====== Dataset records

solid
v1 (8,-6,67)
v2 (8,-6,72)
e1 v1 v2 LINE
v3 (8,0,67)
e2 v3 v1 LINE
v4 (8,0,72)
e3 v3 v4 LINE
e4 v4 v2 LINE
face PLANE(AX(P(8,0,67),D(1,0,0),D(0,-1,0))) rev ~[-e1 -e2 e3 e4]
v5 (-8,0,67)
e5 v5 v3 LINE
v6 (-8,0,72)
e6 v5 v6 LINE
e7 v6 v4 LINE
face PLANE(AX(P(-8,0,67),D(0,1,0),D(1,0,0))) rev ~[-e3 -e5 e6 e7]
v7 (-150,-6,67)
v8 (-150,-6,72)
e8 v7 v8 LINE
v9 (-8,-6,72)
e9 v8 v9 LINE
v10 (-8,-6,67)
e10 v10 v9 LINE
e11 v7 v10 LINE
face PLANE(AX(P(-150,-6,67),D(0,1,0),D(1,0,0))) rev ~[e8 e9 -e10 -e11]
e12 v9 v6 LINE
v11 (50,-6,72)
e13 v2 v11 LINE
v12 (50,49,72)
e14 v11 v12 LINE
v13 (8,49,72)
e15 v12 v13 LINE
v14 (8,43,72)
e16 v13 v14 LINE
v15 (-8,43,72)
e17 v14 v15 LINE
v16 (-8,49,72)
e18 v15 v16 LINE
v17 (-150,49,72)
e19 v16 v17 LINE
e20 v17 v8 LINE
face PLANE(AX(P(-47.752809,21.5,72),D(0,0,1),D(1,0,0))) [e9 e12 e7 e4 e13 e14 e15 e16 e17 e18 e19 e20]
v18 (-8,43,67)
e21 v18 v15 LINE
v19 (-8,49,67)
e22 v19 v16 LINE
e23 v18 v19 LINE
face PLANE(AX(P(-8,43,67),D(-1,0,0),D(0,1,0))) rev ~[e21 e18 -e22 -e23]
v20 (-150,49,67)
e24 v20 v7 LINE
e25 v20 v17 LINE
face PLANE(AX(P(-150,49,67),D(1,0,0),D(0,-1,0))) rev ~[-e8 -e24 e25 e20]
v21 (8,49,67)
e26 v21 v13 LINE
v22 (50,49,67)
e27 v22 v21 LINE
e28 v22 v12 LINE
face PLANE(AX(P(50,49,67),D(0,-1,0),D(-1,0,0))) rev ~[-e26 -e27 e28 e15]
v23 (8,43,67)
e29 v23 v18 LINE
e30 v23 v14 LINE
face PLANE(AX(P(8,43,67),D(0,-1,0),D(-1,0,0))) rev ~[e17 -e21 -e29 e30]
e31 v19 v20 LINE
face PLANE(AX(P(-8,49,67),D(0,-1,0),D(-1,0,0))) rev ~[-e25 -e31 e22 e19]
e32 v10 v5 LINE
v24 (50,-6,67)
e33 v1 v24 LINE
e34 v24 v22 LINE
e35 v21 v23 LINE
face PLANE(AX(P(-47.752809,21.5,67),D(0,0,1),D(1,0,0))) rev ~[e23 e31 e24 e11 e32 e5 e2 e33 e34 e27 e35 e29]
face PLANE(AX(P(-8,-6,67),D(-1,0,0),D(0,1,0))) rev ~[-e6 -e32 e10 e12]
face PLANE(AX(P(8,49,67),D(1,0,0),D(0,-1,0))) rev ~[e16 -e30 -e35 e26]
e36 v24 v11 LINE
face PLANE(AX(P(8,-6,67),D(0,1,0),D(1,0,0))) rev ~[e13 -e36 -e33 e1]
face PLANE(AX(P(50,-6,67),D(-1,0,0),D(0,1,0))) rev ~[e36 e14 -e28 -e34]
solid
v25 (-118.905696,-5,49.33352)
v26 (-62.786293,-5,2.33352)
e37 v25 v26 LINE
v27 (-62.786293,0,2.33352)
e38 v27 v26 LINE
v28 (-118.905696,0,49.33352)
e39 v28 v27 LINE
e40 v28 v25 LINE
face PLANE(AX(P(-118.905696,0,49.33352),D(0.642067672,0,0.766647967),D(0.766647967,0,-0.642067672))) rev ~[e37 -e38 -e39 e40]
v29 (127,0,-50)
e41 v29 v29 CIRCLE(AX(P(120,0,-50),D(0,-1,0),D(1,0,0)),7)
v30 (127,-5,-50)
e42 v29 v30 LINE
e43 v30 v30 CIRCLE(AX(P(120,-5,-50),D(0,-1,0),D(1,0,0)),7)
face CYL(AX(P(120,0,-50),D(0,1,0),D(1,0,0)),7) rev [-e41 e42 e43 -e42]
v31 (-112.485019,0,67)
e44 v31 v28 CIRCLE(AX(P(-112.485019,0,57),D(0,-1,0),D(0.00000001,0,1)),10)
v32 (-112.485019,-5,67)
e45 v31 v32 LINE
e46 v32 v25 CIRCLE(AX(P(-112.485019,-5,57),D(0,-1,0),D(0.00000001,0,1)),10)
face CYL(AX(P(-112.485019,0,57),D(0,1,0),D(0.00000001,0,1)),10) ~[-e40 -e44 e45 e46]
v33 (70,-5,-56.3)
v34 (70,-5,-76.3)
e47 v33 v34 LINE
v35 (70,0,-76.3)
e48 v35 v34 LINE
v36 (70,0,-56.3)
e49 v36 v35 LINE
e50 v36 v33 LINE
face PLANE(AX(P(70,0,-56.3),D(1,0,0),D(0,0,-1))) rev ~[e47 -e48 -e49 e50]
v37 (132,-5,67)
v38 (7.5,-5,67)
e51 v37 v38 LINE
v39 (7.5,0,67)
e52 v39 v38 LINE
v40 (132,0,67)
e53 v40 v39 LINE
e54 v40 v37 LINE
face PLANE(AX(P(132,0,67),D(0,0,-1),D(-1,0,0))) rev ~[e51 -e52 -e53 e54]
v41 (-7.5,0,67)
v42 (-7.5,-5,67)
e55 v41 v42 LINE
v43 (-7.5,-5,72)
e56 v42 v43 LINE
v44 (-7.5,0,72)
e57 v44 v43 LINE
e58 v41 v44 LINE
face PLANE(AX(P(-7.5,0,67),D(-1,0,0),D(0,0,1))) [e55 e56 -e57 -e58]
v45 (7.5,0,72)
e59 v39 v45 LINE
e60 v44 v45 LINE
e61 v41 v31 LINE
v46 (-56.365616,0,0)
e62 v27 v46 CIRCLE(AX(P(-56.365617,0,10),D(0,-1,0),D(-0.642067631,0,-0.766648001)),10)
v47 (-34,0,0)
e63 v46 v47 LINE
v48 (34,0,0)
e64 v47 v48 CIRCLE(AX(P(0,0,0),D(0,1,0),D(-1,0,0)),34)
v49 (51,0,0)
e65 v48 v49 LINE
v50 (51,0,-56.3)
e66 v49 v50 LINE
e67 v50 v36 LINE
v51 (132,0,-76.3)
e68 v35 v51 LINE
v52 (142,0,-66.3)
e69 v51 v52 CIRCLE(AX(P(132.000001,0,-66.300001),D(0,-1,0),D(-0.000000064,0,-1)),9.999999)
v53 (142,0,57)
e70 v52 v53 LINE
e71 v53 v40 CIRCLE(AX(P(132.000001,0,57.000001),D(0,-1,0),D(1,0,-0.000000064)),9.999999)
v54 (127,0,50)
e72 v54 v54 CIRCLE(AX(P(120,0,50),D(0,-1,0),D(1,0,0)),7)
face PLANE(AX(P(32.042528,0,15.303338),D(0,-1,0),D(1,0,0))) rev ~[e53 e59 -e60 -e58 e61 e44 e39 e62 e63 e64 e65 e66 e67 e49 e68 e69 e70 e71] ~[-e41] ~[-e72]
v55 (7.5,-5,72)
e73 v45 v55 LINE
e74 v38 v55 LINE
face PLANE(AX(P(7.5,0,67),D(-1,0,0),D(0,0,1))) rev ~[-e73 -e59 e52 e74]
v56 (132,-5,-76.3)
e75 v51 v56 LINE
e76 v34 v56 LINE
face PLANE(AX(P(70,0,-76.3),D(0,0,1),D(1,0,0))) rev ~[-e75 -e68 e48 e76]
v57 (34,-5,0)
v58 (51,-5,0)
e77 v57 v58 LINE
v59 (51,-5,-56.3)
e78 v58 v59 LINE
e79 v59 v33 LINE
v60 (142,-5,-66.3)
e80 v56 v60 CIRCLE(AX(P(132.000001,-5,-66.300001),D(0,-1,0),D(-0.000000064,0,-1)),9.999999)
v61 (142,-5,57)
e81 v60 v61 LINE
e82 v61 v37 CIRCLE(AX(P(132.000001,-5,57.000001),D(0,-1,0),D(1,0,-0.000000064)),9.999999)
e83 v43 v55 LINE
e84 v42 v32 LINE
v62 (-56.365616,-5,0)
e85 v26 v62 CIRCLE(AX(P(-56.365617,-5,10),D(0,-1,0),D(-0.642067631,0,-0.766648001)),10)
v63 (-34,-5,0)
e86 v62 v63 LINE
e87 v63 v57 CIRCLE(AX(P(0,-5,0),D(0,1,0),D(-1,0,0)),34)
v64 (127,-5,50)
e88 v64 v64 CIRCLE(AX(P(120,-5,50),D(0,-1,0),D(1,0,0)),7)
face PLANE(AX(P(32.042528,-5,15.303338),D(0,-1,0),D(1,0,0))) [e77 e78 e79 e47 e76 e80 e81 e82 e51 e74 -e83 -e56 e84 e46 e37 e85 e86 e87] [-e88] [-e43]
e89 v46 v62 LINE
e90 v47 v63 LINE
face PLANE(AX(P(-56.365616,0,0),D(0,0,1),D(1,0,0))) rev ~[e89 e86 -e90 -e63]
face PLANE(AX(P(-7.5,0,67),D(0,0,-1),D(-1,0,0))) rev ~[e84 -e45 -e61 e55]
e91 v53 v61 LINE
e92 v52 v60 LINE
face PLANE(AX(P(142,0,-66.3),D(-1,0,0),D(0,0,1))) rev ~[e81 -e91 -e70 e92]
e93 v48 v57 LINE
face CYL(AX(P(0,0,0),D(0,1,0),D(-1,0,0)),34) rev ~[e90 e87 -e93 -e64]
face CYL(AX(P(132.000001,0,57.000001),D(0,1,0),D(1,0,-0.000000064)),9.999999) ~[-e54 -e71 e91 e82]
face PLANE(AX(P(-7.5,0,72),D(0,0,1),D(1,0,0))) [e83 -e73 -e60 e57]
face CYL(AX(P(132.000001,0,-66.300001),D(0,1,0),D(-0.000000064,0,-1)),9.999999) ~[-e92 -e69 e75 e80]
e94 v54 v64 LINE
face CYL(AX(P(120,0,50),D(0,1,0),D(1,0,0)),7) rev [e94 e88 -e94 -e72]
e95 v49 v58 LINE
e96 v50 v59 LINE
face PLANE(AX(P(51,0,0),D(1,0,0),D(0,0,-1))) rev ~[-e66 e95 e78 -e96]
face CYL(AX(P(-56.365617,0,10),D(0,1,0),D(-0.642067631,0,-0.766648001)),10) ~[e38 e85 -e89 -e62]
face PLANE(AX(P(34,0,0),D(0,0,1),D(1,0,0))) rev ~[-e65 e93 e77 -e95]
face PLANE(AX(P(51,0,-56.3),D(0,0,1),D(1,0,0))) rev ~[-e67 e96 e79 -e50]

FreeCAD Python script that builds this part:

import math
import FreeCAD as App
import Part
import Sketcher
Q = App.Units.Quantity

doc = App.newDocument("Part")
body = doc.addObject("PartDesign::Body", "Body")

sketch1 = doc.addObject("Sketcher::SketchObject", "Sketch")
body.addObject(sketch1)
sketch1.AttachmentSupport = (doc.XZ_Plane, [""])
sketch1.MapMode = "FlatFace"
sketch1.addGeometry([
    Part.ArcOfCircle(Part.Circle(App.Vector(-112, 57, 0), App.Vector(0, 0, 1), 10), math.radians(90), math.radians(230)),
    Part.LineSegment(App.Vector(-119, 49, 0), App.Vector(-63, 2, 0)),
    Part.ArcOfCircle(Part.Circle(App.Vector(-56, 10, 0), App.Vector(0, 0, 1), 10), math.radians(-130), math.radians(-90)),
    Part.LineSegment(App.Vector(-56, 0, 0), App.Vector(-34, 0, 0)),
    Part.ArcOfCircle(Part.Circle(App.Vector(0, 0, 0), App.Vector(0, 0, 1), 34), math.radians(0), math.radians(180)),
    Part.LineSegment(App.Vector(34, 0, 0), App.Vector(51, 0, 0)),
    Part.LineSegment(App.Vector(51, 0, 0), App.Vector(51, -56, 0)),
    Part.LineSegment(App.Vector(51, -56, 0), App.Vector(70, -56, 0)),
    Part.LineSegment(App.Vector(70, -56, 0), App.Vector(70, -76, 0)),
    Part.LineSegment(App.Vector(70, -76, 0), App.Vector(132, -76, 0)),
    Part.ArcOfCircle(Part.Circle(App.Vector(132, -66, 0), App.Vector(0, 0, 1), 10), math.radians(-90), math.radians(0)),
    Part.LineSegment(App.Vector(142, -66, 0), App.Vector(142, 57, 0)),
    Part.ArcOfCircle(Part.Circle(App.Vector(132, 57, 0), App.Vector(0, 0, 1), 10), math.radians(0), math.radians(90)),
    Part.LineSegment(App.Vector(132, 67, 0), App.Vector(8, 67, 0)),
    Part.LineSegment(App.Vector(8, 67, 0), App.Vector(8, 72, 0)),
    Part.LineSegment(App.Vector(8, 72, 0), App.Vector(-8, 72, 0)),
    Part.LineSegment(App.Vector(-8, 72, 0), App.Vector(-8, 67, 0)),
    Part.LineSegment(App.Vector(-8, 67, 0), App.Vector(-112, 67, 0)),
    Part.Circle(App.Vector(120, -50, 0), App.Vector(0, 0, 1), 7),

============

• Exercise directions
The lines of the data, from the first through the one containing "e35 v21 v23 LINE", are to be transcribed exactly.

• Exercise response
solid
v1 (8,-6,67)
v2 (8,-6,72)
e1 v1 v2 LINE
v3 (8,0,67)
e2 v3 v1 LINE
v4 (8,0,72)
e3 v3 v4 LINE
e4 v4 v2 LINE
face PLANE(AX(P(8,0,67),D(1,0,0),D(0,-1,0))) rev ~[-e1 -e2 e3 e4]
v5 (-8,0,67)
e5 v5 v3 LINE
v6 (-8,0,72)
e6 v5 v6 LINE
e7 v6 v4 LINE
face PLANE(AX(P(-8,0,67),D(0,1,0),D(1,0,0))) rev ~[-e3 -e5 e6 e7]
v7 (-150,-6,67)
v8 (-150,-6,72)
e8 v7 v8 LINE
v9 (-8,-6,72)
e9 v8 v9 LINE
v10 (-8,-6,67)
e10 v10 v9 LINE
e11 v7 v10 LINE
face PLANE(AX(P(-150,-6,67),D(0,1,0),D(1,0,0))) rev ~[e8 e9 -e10 -e11]
e12 v9 v6 LINE
v11 (50,-6,72)
e13 v2 v11 LINE
v12 (50,49,72)
e14 v11 v12 LINE
v13 (8,49,72)
e15 v12 v13 LINE
v14 (8,43,72)
e16 v13 v14 LINE
v15 (-8,43,72)
e17 v14 v15 LINE
v16 (-8,49,72)
e18 v15 v16 LINE
v17 (-150,49,72)
e19 v16 v17 LINE
e20 v17 v8 LINE
face PLANE(AX(P(-47.752809,21.5,72),D(0,0,1),D(1,0,0))) [e9 e12 e7 e4 e13 e14 e15 e16 e17 e18 e19 e20]
v18 (-8,43,67)
e21 v18 v15 LINE
v19 (-8,49,67)
e22 v19 v16 LINE
e23 v18 v19 LINE
face PLANE(AX(P(-8,43,67),D(-1,0,0),D(0,1,0))) rev ~[e21 e18 -e22 -e23]
v20 (-150,49,67)
e24 v20 v7 LINE
e25 v20 v17 LINE
face PLANE(AX(P(-150,49,67),D(1,0,0),D(0,-1,0))) rev ~[-e8 -e24 e25 e20]
v21 (8,49,67)
e26 v21 v13 LINE
v22 (50,49,67)
e27 v22 v21 LINE
e28 v22 v12 LINE
face PLANE(AX(P(50,49,67),D(0,-1,0),D(-1,0,0))) rev ~[-e26 -e27 e28 e15]
v23 (8,43,67)
e29 v23 v18 LINE
e30 v23 v14 LINE
face PLANE(AX(P(8,43,67),D(0,-1,0),D(-1,0,0))) rev ~[e17 -e21 -e29 e30]
e31 v19 v20 LINE
face PLANE(AX(P(-8,49,67),D(0,-1,0),D(-1,0,0))) rev ~[-e25 -e31 e22 e19]
e32 v10 v5 LINE
v24 (50,-6,67)
e33 v1 v24 LINE
e34 v24 v22 LINE
e35 v21 v23 LINE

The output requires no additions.